Records from a collection
━━━
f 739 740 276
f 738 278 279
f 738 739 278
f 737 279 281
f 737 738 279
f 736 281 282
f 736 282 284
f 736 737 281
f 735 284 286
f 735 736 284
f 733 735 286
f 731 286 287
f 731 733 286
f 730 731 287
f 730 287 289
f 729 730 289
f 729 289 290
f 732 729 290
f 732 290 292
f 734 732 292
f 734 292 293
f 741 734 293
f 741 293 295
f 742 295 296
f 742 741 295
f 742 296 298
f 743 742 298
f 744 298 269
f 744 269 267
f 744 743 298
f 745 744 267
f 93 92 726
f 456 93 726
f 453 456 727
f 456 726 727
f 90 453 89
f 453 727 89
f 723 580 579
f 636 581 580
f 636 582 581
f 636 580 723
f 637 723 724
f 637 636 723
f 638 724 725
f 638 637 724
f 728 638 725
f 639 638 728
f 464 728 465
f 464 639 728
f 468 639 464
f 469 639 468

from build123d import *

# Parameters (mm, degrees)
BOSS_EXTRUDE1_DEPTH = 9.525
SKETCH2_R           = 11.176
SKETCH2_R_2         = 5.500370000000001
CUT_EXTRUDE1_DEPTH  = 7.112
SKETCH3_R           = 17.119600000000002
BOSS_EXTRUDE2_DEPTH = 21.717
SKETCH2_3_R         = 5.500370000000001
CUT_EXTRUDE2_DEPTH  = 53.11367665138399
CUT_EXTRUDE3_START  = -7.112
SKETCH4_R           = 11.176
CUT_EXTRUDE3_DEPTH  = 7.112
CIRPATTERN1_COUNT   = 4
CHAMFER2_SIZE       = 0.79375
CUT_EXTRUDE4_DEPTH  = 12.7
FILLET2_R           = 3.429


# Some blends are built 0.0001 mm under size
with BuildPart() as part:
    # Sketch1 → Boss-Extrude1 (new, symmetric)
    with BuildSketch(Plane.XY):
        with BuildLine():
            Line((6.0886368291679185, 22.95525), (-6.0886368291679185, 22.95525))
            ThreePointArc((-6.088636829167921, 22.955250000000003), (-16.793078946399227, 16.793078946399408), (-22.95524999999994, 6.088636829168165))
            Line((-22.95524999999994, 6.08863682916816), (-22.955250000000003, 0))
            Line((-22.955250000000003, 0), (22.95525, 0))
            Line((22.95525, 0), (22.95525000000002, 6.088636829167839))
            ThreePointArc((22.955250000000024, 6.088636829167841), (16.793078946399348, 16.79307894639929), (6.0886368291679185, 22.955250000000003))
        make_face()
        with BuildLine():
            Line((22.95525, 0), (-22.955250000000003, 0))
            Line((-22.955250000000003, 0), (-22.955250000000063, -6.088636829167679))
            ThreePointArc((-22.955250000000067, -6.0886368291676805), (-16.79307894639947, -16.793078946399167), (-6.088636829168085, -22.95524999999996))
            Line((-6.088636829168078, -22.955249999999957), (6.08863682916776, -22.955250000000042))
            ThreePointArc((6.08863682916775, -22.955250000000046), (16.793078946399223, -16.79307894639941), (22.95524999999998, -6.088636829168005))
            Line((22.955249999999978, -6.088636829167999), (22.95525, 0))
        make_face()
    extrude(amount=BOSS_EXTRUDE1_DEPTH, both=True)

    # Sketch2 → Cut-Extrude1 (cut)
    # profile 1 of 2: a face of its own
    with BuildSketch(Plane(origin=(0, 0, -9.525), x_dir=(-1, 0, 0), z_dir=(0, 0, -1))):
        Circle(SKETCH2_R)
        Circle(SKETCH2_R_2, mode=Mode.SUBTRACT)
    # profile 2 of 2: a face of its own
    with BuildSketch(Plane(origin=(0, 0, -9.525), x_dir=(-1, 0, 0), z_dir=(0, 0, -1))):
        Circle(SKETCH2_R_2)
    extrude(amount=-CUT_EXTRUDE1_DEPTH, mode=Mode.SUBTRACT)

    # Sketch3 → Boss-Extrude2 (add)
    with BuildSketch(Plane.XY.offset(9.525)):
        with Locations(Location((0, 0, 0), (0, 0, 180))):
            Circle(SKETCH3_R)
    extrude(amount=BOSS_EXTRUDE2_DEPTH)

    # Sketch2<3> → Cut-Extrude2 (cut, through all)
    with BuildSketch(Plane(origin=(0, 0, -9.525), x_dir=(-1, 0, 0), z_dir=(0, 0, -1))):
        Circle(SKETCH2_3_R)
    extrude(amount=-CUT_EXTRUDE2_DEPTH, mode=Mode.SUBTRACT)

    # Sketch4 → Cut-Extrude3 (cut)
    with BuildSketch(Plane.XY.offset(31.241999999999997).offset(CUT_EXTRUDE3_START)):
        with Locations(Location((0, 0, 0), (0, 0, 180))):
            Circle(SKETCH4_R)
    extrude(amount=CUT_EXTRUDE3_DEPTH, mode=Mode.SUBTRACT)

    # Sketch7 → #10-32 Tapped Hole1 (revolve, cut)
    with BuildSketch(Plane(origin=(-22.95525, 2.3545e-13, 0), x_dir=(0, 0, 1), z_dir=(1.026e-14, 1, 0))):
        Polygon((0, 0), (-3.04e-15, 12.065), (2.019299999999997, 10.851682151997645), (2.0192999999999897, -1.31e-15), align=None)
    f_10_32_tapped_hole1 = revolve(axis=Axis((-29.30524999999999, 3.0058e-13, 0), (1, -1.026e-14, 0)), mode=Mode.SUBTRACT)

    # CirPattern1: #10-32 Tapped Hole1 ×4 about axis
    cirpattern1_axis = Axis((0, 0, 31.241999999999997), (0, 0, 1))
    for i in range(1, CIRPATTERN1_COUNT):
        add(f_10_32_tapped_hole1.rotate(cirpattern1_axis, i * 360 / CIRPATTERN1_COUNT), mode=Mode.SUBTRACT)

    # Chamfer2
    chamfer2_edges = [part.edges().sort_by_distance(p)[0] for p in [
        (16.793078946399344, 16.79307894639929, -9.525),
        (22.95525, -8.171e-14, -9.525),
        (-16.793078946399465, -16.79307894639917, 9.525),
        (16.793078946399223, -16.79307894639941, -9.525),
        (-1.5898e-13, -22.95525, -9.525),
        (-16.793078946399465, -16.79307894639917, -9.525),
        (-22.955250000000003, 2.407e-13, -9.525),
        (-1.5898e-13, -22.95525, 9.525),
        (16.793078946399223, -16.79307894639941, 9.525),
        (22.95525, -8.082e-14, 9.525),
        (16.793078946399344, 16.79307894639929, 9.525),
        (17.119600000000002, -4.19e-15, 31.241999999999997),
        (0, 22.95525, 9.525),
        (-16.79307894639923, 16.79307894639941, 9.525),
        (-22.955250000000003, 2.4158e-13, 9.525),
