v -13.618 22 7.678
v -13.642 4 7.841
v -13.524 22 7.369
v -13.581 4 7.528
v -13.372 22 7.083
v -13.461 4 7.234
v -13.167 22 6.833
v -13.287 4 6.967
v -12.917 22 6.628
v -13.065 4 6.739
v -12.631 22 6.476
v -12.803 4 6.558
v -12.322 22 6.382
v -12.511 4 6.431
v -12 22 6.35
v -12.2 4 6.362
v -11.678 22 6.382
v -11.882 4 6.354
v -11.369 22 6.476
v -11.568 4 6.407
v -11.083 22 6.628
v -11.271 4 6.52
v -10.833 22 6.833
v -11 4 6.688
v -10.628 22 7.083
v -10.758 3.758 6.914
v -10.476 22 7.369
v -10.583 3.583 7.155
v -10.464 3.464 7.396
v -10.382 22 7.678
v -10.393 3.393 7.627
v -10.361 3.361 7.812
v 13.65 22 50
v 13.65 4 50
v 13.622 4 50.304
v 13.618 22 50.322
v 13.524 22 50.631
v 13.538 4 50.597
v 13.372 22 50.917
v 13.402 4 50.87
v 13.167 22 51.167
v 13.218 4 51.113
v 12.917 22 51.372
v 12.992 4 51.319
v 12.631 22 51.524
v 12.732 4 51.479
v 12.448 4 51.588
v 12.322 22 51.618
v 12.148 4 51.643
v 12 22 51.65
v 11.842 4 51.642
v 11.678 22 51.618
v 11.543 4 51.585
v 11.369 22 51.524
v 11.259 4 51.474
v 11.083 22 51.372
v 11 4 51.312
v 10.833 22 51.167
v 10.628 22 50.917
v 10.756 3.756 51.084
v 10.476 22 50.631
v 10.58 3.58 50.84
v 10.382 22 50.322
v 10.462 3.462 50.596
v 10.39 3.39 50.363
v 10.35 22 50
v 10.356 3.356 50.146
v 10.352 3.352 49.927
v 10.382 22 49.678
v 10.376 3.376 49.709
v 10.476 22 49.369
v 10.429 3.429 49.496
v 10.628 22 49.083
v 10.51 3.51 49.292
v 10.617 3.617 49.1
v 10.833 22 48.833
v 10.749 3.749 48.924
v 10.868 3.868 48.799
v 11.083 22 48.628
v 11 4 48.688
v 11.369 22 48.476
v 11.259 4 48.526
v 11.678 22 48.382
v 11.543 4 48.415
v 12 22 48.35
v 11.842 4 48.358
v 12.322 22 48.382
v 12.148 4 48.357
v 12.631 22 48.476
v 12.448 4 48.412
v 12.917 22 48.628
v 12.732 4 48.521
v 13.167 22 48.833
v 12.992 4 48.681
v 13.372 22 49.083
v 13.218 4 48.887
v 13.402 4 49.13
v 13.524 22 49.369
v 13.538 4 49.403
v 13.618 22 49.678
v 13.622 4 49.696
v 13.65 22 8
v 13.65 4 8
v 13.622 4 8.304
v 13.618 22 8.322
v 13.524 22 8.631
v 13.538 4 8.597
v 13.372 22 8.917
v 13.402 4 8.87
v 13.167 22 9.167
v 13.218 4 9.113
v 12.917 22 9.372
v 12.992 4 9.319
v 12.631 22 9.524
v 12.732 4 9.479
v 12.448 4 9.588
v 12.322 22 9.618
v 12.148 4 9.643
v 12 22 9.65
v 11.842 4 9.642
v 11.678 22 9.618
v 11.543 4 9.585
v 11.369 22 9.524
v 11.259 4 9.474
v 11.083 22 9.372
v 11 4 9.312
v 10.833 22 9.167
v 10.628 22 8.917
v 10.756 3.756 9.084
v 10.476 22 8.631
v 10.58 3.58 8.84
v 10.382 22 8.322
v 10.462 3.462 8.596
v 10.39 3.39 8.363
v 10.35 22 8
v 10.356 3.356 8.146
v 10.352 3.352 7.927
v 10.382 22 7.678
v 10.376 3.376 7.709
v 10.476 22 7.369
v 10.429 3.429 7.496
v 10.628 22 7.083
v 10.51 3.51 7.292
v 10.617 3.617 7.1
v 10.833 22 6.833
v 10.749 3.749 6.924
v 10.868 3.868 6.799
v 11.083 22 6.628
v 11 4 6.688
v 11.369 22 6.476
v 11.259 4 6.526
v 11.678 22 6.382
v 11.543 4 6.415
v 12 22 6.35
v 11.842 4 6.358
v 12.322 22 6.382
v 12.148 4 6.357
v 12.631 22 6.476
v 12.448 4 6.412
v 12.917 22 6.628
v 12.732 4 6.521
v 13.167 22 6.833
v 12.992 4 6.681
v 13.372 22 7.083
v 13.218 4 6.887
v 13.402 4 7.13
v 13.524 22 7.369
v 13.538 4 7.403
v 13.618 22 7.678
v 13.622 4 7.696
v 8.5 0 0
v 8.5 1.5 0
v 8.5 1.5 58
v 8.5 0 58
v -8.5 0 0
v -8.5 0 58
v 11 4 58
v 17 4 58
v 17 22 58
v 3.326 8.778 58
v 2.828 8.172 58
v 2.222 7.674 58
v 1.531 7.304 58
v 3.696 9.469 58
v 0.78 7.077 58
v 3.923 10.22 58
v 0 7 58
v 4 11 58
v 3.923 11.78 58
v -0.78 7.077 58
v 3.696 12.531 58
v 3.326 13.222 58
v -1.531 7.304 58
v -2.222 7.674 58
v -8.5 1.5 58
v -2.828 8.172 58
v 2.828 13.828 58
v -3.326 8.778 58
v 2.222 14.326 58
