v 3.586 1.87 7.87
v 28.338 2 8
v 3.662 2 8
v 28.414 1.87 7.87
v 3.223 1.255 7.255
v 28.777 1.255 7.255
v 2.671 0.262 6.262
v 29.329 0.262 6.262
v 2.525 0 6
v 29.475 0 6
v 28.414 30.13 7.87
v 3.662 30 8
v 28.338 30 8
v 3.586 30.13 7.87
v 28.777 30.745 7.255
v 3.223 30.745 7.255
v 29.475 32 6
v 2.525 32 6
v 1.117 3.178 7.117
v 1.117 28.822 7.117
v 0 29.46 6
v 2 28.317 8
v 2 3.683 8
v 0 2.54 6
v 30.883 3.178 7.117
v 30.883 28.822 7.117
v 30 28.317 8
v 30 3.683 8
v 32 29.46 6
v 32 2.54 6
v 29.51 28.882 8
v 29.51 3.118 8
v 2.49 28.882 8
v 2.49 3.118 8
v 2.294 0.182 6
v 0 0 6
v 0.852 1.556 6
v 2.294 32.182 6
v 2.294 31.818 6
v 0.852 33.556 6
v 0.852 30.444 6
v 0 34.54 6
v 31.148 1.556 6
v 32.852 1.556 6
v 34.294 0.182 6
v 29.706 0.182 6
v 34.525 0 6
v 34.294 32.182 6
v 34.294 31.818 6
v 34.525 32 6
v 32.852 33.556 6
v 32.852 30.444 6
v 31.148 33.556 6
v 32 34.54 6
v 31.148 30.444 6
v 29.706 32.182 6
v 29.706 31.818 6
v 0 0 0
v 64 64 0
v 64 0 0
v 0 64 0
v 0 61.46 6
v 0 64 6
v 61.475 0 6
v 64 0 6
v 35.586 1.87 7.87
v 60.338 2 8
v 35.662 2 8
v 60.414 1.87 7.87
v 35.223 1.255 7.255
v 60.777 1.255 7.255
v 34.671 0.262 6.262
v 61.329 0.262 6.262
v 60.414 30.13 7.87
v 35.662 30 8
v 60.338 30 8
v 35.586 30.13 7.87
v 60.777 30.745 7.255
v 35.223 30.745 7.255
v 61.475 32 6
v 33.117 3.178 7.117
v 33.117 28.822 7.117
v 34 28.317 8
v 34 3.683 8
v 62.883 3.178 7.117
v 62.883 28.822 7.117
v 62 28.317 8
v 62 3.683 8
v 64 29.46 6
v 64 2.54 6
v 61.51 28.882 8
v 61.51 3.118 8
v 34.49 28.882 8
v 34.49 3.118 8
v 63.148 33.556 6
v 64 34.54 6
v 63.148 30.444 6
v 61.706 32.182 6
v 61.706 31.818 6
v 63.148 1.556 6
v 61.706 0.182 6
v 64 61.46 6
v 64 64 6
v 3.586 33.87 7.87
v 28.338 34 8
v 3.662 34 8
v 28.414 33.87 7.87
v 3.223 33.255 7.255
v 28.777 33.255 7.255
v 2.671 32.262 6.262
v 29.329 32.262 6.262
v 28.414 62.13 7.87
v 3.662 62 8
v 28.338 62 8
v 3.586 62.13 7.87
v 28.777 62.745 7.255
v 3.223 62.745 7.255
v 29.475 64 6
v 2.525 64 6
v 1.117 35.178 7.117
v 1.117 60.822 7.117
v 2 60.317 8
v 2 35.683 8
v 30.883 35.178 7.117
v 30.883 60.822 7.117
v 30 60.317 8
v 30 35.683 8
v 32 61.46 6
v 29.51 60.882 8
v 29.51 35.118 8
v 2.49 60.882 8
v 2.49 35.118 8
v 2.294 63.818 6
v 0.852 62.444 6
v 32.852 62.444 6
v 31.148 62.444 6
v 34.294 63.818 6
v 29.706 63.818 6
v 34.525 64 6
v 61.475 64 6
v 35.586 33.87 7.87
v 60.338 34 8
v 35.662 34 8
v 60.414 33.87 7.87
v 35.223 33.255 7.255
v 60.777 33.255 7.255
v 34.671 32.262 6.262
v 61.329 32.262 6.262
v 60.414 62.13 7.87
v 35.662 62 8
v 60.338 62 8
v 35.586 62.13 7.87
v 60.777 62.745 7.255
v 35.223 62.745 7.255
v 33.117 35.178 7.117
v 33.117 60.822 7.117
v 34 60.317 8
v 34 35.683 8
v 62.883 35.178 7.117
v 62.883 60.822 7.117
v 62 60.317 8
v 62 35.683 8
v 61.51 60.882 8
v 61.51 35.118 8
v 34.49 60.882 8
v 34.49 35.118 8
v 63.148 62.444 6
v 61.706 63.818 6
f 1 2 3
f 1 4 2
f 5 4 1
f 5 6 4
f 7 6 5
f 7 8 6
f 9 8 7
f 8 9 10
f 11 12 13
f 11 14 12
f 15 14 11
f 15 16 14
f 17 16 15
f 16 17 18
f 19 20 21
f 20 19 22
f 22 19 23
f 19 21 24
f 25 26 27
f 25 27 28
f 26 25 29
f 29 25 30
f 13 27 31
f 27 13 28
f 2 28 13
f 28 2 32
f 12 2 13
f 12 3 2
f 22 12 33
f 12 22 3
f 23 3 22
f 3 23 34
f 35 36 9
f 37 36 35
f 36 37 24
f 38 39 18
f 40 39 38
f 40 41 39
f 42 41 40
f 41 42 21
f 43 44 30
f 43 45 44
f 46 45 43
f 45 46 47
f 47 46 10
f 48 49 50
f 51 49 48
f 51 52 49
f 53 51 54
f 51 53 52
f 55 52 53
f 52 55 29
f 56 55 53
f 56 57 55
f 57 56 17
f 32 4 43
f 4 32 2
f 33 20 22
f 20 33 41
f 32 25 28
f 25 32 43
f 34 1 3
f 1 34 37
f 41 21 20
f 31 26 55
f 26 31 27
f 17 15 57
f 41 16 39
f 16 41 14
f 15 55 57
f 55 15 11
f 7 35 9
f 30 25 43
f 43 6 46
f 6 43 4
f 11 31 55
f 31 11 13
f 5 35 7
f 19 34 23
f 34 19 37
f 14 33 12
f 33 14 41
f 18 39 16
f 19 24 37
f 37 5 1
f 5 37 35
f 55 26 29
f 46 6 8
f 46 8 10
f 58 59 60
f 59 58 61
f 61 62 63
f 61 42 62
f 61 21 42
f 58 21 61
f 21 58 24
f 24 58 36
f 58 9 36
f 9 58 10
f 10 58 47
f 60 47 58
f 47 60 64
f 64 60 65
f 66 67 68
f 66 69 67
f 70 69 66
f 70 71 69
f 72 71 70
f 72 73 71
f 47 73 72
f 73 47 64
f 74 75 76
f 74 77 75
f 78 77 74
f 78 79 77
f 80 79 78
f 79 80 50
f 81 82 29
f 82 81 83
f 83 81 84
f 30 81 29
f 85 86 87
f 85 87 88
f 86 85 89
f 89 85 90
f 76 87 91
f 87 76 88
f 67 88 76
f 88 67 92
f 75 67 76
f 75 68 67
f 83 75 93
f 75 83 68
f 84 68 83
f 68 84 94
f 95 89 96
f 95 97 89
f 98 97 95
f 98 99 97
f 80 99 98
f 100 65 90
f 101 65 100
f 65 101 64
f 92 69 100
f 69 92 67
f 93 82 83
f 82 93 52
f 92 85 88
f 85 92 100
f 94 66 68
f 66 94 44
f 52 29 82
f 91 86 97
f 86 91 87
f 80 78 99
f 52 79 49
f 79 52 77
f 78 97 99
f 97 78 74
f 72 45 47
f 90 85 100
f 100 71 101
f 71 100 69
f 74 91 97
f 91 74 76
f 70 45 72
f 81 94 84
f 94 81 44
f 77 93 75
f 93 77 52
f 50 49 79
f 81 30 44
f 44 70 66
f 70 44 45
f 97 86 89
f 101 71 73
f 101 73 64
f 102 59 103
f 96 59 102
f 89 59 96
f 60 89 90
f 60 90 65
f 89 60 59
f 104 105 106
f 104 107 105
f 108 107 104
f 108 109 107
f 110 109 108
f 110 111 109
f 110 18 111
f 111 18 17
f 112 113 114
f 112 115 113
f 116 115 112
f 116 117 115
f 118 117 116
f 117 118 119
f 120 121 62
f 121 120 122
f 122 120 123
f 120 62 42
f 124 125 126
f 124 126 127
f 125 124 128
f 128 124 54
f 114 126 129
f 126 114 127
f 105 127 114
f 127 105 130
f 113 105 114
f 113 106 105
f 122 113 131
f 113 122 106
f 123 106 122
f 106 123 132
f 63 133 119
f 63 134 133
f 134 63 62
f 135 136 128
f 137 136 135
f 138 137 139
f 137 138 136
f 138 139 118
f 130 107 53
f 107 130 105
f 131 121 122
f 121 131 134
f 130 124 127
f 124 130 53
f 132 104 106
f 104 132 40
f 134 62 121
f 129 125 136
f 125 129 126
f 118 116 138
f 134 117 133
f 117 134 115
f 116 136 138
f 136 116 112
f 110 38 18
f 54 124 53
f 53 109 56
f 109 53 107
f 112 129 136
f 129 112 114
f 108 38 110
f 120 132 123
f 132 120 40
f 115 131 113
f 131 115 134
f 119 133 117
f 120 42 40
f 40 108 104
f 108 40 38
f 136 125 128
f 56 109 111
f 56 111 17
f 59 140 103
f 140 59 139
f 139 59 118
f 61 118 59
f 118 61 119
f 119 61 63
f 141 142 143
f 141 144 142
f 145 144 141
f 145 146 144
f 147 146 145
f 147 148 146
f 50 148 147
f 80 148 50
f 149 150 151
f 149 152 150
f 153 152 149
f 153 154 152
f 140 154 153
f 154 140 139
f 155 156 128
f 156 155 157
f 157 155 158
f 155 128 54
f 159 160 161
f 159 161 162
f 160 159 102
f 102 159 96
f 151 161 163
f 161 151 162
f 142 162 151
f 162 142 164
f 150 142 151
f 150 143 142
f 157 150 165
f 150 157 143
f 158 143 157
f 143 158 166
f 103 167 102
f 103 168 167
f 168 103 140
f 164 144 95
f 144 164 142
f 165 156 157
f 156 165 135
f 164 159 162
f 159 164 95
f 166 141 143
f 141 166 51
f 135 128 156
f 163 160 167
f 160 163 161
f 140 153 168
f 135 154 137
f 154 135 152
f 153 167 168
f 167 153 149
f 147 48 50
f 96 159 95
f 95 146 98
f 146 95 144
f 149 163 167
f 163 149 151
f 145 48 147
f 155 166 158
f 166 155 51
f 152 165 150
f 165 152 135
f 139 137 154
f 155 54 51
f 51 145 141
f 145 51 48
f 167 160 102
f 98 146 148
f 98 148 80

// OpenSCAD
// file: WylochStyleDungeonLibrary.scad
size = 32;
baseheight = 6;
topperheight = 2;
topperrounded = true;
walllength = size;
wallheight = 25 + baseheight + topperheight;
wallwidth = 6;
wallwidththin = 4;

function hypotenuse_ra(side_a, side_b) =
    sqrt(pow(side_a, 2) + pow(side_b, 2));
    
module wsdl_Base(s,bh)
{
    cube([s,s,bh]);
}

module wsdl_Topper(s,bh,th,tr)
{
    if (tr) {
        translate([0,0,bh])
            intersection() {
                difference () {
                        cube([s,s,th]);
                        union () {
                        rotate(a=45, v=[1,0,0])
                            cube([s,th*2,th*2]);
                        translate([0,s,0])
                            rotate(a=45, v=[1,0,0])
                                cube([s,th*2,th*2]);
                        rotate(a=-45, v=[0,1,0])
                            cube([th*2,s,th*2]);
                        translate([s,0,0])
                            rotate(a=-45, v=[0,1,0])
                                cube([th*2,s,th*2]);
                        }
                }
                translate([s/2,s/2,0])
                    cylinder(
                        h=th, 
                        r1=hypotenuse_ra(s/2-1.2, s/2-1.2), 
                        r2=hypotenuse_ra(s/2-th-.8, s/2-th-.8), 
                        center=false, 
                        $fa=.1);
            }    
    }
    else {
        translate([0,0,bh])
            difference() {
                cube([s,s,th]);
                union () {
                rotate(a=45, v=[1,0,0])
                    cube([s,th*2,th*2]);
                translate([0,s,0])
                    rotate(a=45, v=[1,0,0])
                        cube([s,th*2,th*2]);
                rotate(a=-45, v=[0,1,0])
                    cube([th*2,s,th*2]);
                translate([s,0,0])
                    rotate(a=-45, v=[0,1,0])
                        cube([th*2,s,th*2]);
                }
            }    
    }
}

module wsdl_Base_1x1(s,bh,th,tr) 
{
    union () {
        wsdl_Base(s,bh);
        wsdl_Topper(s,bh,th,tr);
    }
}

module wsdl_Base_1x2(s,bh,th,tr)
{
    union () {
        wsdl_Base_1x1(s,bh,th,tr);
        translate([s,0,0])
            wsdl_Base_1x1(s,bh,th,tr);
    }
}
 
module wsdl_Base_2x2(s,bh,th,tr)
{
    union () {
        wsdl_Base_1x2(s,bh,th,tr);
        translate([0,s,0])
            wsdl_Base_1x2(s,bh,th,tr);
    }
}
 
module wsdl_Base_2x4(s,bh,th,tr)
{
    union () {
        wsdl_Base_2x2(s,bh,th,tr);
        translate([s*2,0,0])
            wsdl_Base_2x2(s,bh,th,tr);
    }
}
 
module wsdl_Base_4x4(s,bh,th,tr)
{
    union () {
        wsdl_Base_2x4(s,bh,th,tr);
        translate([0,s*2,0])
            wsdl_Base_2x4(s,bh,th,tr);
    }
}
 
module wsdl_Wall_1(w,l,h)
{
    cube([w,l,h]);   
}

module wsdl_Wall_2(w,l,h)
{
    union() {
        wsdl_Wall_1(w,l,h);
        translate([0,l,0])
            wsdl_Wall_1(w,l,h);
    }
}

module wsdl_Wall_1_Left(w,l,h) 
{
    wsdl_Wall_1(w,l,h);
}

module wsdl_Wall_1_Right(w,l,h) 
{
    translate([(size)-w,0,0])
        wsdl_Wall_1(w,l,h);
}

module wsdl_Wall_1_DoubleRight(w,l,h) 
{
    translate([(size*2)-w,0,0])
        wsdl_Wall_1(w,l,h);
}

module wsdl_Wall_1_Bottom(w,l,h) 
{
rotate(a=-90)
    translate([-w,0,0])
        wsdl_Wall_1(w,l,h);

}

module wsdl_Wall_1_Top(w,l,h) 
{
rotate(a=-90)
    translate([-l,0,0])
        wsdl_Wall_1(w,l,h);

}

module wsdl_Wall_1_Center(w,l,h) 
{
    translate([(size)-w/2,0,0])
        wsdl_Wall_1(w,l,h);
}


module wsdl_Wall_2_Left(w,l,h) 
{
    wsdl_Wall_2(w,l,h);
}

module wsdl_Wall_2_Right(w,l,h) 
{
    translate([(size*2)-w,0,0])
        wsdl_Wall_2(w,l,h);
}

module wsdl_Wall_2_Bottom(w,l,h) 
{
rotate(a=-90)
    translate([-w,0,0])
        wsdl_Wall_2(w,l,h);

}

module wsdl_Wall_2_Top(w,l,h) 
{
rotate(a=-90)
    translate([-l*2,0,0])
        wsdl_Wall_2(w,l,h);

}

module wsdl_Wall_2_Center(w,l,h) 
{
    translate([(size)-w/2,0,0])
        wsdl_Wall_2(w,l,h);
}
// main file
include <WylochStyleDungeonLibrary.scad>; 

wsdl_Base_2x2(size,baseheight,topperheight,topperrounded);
━━━
Task to complete
Of the lines above, output exactly those from the line bearing "f 111 18 17" through the line bearing "f 105 127 114", inclusive.

Response
f 111 18 17
f 112 113 114
f 112 115 113
f 116 115 112
f 116 117 115
f 118 117 116
f 117 118 119
f 120 121 62
f 121 120 122
f 122 120 123
f 120 62 42
f 124 125 126
f 124 126 127
f 125 124 128
f 128 124 54
f 114 126 129
f 126 114 127
f 105 127 114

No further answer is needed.